PROBLEM TO WORK ON – All lines from the first line of the material up to and including the line with "#38=AXIS2_PLACEMENT_3D('',#37,#17,#24);" must be copied exactly, and no others.

***

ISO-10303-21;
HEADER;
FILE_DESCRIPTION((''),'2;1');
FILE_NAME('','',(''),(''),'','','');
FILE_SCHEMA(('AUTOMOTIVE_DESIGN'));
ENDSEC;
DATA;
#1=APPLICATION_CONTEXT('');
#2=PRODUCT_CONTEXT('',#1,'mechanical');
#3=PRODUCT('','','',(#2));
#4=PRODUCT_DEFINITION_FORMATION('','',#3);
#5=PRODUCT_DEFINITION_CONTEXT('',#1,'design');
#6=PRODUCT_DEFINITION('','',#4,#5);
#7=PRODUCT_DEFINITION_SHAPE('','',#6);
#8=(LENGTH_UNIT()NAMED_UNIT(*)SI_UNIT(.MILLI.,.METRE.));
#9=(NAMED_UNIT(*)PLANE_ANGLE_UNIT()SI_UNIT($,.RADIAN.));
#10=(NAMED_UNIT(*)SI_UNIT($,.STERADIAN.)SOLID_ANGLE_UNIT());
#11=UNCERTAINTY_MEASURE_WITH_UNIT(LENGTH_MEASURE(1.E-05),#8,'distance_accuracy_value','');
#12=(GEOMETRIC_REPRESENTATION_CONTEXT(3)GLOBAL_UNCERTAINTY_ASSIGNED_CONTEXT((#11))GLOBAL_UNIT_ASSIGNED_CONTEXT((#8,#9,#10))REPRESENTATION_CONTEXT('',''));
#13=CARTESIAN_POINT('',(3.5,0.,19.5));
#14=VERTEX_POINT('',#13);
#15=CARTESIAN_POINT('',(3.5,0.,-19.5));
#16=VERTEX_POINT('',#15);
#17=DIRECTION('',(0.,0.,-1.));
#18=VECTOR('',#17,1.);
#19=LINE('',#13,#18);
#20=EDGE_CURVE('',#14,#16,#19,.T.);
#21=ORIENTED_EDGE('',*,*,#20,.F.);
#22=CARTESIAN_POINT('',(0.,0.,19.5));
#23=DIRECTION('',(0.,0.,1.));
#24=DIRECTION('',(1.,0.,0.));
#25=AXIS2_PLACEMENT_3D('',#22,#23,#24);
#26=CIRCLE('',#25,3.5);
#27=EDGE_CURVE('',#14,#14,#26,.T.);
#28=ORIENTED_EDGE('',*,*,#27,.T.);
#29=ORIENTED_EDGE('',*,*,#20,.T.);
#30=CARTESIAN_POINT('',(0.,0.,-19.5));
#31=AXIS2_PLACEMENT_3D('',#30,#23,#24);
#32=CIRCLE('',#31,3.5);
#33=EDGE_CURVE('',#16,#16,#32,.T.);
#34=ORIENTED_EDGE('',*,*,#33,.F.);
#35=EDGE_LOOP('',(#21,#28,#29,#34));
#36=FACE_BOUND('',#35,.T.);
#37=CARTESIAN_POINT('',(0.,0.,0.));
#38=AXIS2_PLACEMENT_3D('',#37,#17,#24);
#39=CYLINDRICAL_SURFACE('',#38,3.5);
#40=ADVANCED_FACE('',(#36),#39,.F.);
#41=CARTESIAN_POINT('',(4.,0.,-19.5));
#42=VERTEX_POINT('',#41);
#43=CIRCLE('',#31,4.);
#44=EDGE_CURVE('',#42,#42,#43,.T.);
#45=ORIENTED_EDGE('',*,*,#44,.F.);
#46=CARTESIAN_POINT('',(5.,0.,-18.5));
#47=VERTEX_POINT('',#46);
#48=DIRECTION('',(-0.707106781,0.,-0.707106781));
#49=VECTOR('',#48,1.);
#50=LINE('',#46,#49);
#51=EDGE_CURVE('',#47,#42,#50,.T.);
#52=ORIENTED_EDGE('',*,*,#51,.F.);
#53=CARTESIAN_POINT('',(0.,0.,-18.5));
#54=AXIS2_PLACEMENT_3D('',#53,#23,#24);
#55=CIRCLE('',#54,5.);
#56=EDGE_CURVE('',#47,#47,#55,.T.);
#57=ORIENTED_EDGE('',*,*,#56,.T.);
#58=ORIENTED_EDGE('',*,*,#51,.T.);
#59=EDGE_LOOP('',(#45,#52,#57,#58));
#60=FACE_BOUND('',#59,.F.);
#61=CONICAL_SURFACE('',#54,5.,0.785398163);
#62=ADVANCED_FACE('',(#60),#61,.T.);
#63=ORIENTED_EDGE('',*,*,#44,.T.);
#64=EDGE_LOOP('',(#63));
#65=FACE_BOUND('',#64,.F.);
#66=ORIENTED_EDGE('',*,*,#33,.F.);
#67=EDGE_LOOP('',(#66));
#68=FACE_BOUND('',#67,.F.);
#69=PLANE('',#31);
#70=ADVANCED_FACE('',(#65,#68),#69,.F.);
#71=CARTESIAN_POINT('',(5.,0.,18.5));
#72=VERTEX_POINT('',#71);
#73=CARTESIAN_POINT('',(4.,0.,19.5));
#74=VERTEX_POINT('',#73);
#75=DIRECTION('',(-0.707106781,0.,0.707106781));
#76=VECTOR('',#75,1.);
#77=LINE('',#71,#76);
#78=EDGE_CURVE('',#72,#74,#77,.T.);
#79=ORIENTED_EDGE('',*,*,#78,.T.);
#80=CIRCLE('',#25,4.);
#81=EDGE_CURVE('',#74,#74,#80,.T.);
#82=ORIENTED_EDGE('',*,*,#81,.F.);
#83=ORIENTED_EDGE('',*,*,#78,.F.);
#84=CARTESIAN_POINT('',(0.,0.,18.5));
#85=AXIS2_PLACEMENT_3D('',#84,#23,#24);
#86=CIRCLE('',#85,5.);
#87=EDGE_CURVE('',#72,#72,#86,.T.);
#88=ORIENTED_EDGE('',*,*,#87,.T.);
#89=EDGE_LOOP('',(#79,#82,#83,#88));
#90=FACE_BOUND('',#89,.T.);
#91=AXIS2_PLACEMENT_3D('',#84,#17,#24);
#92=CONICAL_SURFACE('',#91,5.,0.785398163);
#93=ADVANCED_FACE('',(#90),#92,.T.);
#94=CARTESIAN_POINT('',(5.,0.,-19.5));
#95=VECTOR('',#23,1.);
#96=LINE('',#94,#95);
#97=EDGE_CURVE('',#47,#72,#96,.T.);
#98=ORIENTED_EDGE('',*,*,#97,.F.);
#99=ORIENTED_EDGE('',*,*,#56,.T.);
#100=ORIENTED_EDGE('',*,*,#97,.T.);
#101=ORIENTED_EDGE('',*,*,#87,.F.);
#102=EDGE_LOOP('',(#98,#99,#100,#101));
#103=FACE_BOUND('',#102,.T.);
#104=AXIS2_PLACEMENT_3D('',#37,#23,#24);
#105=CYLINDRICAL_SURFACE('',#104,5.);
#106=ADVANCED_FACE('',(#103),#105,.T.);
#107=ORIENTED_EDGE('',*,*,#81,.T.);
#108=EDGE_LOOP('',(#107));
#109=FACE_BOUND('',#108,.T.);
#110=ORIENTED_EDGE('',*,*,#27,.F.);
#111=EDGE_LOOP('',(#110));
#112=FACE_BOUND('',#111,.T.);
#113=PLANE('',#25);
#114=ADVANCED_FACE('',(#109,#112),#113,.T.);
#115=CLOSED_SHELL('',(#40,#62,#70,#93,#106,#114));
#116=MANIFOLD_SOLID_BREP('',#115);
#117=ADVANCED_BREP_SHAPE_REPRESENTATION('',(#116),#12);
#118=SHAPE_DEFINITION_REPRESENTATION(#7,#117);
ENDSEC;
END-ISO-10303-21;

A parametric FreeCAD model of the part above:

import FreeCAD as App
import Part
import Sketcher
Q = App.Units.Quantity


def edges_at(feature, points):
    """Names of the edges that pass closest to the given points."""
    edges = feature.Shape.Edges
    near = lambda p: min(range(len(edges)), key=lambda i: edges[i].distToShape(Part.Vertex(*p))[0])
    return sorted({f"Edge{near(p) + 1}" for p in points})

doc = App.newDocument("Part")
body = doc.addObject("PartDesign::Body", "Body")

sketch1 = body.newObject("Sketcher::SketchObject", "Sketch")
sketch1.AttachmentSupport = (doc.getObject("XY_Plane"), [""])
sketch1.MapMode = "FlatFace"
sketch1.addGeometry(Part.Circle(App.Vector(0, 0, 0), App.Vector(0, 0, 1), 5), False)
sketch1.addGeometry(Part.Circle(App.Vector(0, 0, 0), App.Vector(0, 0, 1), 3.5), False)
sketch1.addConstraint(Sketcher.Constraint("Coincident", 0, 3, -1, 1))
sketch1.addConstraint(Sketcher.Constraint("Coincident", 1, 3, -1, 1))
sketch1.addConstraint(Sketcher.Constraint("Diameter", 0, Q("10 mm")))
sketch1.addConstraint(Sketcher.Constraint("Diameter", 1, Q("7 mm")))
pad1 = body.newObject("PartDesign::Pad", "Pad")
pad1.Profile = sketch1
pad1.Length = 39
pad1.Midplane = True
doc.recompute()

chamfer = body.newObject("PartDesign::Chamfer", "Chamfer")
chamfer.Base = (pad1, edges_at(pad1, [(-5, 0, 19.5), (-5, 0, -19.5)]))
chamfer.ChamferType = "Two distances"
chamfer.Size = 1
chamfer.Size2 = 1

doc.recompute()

***

ANSWER BOX –
ISO-10303-21;
HEADER;
FILE_DESCRIPTION((''),'2;1');
FILE_NAME('','',(''),(''),'','','');
FILE_SCHEMA(('AUTOMOTIVE_DESIGN'));
ENDSEC;
DATA;
#1=APPLICATION_CONTEXT('');
#2=PRODUCT_CONTEXT('',#1,'mechanical');
#3=PRODUCT('','','',(#2));
#4=PRODUCT_DEFINITION_FORMATION('','',#3);
#5=PRODUCT_DEFINITION_CONTEXT('',#1,'design');
#6=PRODUCT_DEFINITION('','',#4,#5);
#7=PRODUCT_DEFINITION_SHAPE('','',#6);
#8=(LENGTH_UNIT()NAMED_UNIT(*)SI_UNIT(.MILLI.,.METRE.));
#9=(NAMED_UNIT(*)PLANE_ANGLE_UNIT()SI_UNIT($,.RADIAN.));
#10=(NAMED_UNIT(*)SI_UNIT($,.STERADIAN.)SOLID_ANGLE_UNIT());
#11=UNCERTAINTY_MEASURE_WITH_UNIT(LENGTH_MEASURE(1.E-05),#8,'distance_accuracy_value','');
#12=(GEOMETRIC_REPRESENTATION_CONTEXT(3)GLOBAL_UNCERTAINTY_ASSIGNED_CONTEXT((#11))GLOBAL_UNIT_ASSIGNED_CONTEXT((#8,#9,#10))REPRESENTATION_CONTEXT('',''));
#13=CARTESIAN_POINT('',(3.5,0.,19.5));
#14=VERTEX_POINT('',#13);
#15=CARTESIAN_POINT('',(3.5,0.,-19.5));
#16=VERTEX_POINT('',#15);
#17=DIRECTION('',(0.,0.,-1.));
#18=VECTOR('',#17,1.);
#19=LINE('',#13,#18);
#20=EDGE_CURVE('',#14,#16,#19,.T.);
#21=ORIENTED_EDGE('',*,*,#20,.F.);
#22=CARTESIAN_POINT('',(0.,0.,19.5));
#23=DIRECTION('',(0.,0.,1.));
#24=DIRECTION('',(1.,0.,0.));
#25=AXIS2_PLACEMENT_3D('',#22,#23,#24);
#26=CIRCLE('',#25,3.5);
#27=EDGE_CURVE('',#14,#14,#26,.T.);
#28=ORIENTED_EDGE('',*,*,#27,.T.);
#29=ORIENTED_EDGE('',*,*,#20,.T.);
#30=CARTESIAN_POINT('',(0.,0.,-19.5));
#31=AXIS2_PLACEMENT_3D('',#30,#23,#24);
#32=CIRCLE('',#31,3.5);
#33=EDGE_CURVE('',#16,#16,#32,.T.);
#34=ORIENTED_EDGE('',*,*,#33,.F.);
#35=EDGE_LOOP('',(#21,#28,#29,#34));
#36=FACE_BOUND('',#35,.T.);
#37=CARTESIAN_POINT('',(0.,0.,0.));
#38=AXIS2_PLACEMENT_3D('',#37,#17,#24);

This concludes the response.